As a young adult, I sometimes feel like a fraud — a kid just playing pretend at being a grownup. I think most people have feelings like this occasionally, but the unnamed narrator in Gillian Flynn’s latest is a fraud and has made a living at it her entire life. Growing up poor, she and her mother would beg on the streets, and they had an intricate system: they knew who to ask, how to ask, when to embellish and which specific embellishment to use on a particular mark.
As “The Grownup” opens, the narrator makes ends meet by a rather unsavory profession, which she simply calls working in “customer service.” When she gets the chance to work as (read: pretend to be) a psychic, she jumps on it, knowing that her ability to manipulate people would make for easy money. She takes on Susan as a client, a housewife with a rocky relationship with her seemingly evil stepson and a house that appears haunted.
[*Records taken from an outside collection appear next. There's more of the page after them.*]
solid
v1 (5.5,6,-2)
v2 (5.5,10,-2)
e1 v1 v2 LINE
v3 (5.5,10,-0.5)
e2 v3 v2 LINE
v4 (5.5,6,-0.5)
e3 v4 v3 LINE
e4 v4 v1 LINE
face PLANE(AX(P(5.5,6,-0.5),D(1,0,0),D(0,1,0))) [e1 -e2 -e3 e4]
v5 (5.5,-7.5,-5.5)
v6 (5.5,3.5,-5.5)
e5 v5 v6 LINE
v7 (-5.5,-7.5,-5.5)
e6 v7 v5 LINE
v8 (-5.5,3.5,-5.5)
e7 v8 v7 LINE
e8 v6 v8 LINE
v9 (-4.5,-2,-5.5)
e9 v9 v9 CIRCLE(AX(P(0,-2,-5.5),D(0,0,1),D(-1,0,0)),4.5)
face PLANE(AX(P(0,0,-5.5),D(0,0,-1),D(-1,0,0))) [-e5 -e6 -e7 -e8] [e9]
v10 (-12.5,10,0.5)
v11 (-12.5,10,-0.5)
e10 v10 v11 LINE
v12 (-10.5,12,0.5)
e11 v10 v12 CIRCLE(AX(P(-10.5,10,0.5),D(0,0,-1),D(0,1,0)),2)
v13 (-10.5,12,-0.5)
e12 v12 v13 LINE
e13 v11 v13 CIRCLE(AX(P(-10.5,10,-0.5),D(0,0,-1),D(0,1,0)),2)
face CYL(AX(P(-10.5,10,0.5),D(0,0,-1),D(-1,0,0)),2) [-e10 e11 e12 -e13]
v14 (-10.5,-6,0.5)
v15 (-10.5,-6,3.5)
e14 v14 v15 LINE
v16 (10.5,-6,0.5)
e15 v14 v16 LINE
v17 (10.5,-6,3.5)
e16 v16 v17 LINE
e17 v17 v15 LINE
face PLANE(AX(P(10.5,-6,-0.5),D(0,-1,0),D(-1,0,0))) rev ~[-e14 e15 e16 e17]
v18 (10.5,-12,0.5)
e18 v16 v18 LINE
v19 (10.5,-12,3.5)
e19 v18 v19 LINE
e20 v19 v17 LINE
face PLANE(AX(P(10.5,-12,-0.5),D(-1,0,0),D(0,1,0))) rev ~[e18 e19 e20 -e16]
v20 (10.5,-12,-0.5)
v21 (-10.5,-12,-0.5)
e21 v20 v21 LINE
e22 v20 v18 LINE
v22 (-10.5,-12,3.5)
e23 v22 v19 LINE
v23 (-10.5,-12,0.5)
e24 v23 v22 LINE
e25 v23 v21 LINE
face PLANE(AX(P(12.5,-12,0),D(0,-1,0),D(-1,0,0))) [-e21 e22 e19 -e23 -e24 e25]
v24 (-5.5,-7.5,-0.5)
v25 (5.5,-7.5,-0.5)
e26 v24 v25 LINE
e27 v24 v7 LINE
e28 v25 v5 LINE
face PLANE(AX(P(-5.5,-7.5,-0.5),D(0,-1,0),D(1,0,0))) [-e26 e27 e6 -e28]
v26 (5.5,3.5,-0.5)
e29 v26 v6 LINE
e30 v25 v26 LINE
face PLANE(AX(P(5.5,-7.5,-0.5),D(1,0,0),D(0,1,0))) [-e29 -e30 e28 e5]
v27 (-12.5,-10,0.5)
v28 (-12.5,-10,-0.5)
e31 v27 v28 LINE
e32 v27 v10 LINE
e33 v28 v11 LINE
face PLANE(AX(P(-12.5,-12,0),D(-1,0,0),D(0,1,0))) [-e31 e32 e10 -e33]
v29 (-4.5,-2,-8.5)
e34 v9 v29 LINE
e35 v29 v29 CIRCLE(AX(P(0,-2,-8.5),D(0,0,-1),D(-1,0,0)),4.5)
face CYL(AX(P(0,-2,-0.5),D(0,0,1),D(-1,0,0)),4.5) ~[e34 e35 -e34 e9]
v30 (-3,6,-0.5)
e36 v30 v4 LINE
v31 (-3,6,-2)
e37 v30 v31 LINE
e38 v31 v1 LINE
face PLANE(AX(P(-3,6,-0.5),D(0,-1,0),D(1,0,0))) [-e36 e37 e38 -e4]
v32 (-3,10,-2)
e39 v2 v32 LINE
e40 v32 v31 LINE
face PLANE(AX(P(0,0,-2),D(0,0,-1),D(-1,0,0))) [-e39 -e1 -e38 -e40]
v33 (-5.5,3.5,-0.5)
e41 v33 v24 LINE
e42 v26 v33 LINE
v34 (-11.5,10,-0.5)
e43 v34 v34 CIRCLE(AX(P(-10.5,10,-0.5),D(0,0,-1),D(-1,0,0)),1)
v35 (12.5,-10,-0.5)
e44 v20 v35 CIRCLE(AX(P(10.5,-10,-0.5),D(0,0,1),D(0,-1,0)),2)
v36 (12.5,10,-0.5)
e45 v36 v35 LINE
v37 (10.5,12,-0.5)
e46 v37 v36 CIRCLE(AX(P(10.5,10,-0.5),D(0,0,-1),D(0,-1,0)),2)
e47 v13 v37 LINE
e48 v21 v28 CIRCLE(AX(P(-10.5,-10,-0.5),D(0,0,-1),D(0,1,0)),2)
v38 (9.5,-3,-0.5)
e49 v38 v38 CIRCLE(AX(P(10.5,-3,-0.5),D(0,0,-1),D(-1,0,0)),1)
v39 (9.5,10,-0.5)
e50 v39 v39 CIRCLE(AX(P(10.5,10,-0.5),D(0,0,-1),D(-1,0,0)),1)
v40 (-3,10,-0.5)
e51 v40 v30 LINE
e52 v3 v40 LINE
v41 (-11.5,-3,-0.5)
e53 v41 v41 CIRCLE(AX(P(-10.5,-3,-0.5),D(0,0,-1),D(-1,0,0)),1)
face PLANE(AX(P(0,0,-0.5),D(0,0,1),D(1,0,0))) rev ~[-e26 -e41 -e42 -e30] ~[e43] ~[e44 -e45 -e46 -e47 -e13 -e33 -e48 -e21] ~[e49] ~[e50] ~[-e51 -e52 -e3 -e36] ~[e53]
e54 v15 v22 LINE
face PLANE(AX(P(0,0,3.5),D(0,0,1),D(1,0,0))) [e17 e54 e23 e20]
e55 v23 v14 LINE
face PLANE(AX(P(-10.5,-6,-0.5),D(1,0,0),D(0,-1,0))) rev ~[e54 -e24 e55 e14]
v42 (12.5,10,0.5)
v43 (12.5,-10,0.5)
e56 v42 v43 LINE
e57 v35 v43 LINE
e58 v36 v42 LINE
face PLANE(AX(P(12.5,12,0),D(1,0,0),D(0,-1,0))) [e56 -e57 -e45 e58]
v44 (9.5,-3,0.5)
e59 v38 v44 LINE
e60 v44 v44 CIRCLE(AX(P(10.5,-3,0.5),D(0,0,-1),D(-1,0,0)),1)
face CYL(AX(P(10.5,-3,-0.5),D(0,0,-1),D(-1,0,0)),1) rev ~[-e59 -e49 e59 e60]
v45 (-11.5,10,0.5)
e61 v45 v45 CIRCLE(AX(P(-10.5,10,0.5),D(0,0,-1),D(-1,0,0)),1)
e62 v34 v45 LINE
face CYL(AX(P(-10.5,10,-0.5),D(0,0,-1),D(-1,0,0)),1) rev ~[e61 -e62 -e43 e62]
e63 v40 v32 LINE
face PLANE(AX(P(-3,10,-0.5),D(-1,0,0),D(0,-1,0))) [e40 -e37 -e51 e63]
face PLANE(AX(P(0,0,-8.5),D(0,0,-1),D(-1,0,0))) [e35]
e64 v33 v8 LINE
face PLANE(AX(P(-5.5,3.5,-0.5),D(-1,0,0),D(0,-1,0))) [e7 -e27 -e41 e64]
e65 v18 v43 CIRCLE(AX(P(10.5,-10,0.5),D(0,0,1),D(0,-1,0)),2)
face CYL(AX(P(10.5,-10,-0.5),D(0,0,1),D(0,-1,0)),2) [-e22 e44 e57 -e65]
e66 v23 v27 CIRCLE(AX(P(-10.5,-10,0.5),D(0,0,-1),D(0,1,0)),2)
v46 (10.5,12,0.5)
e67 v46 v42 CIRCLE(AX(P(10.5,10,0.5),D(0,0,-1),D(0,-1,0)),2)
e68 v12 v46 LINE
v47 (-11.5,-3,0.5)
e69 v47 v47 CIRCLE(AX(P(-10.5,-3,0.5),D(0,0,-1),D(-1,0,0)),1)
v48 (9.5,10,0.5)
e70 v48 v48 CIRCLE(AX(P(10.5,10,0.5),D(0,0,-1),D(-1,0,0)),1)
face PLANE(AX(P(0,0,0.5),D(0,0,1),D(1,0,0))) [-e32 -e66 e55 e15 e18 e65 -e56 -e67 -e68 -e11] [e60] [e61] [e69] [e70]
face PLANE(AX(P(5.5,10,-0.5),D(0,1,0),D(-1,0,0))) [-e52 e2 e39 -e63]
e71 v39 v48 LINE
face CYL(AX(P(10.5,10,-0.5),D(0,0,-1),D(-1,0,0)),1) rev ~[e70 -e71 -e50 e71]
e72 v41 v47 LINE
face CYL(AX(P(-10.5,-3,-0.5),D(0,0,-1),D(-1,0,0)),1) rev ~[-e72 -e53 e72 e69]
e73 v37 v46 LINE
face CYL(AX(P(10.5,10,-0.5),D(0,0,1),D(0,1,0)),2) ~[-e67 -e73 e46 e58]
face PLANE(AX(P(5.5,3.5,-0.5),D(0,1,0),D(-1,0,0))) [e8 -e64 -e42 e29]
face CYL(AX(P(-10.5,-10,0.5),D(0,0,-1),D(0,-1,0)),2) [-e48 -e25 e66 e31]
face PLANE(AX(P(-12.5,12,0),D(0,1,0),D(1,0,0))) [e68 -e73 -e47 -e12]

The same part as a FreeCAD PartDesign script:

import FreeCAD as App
import Part
import Sketcher

V = App.Vector
Q = App.Units.Quantity


def edges_at(feature, points):
    """Names of the edges that pass closest to the given points."""
    edges = feature.Shape.Edges
    near = lambda p: min(range(len(edges)), key=lambda i: edges[i].distToShape(Part.Vertex(*p))[0])
    return sorted({f"Edge{near(p) + 1}" for p in points})

doc = App.newDocument("Part")
params = doc.addObject("Spreadsheet::Sheet", "Params")
for row, (alias, value) in enumerate([
    ("sketch1_width", "25 mm"),
    ("sketch1_height", "24 mm"),
    ("pad1_length", "1 mm"),
    ("sketch2_width", "11 mm"),
    ("pad2_length", "5 mm"),
    ("sketch3_diameter", "9 mm"),
    ("pad3_length", "8 mm"),
    ("sketch4_height", "4 mm"),
    ("sketch4_width", "8.5 mm"),
    ("pad4_length", "1.5 mm"),
    ("sketch5_diameter", "2 mm"),
    ("sketch6_width", "21 mm"),
    ("sketch6_height", "6 mm"),
    ("pad5_length", "4 mm"),
    ("fillet_radius", "2 mm"),
], start=1):
    params.set(f"A{row}", alias)
    params.set(f"B{row}", "=" + value)
    params.setAlias(f"B{row}", alias)

body = doc.addObject("PartDesign::Body", "Body")

# Sketch on XY plane
sketch1 = body.newObject("Sketcher::SketchObject", "Sketch")
sketch1.AttachmentSupport = (doc.getObject("XY_Plane"), [""])
sketch1.MapMode = "FlatFace"
sketch1.addGeometry(Part.LineSegment(V(-12, -12, 0), V(12, -12, 0)), False)
sketch1.addGeometry(Part.LineSegment(V(12, -12, 0), V(12, 12, 0)), False)
sketch1.addGeometry(Part.LineSegment(V(12, 12, 0), V(-12, 12, 0)), False)
sketch1.addGeometry(Part.LineSegment(V(-12, 12, 0), V(-12, -12, 0)), False)
sketch1.addConstraint(Sketcher.Constraint("Coincident", 0, 2, 1, 1))
sketch1.addConstraint(Sketcher.Constraint("Coincident", 1, 2, 2, 1))
sketch1.addConstraint(Sketcher.Constraint("Coincident", 2, 2, 3, 1))
sketch1.addConstraint(Sketcher.Constraint("Coincident", 3, 2, 0, 1))
sketch1.addConstraint(Sketcher.Constraint("Horizontal", 0))
sketch1.addConstraint(Sketcher.Constraint("Vertical", 1))
sketch1.addConstraint(Sketcher.Constraint("Horizontal", 2))
sketch1.addConstraint(Sketcher.Constraint("Vertical", 3))
sketch1.addConstraint(Sketcher.Constraint("Symmetric", 0, 2, 2, 2, -1, 1))
sketch1.addConstraint(Sketcher.Constraint("DistanceX", 0, 1, 0, 2, Q("25 mm")))
sketch1.addConstraint(Sketcher.Constraint("DistanceY", 1, 1, 1, 2, Q("24 mm")))
sketch1.setExpression("Constraints[9]", "Params.sketch1_width")
sketch1.setExpression("Constraints[10]", "Params.sketch1_height")
pad1 = body.newObject("PartDesign::Pad", "Pad")
pad1.Profile = sketch1
pad1.setExpression("Length", "Params.pad1_length")
pad1.Midplane = True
Is the narrator finally in over her head? One thing is certain: something malicious exists, but where it originates and what can be done to stop it will keep you guessing.
This book, clocking in at 64 pages, is an incredibly short yet satisfying read. It was originally published as part of a collection of short stories — “Rogues,” edited by George R.R. Martin and Gardner Dozois. Flynn acknowledges Martin at the end of the book, thanking him for asking her to write him a story, but this reader would like to thank Flynn for providing us with this intriguing little tale.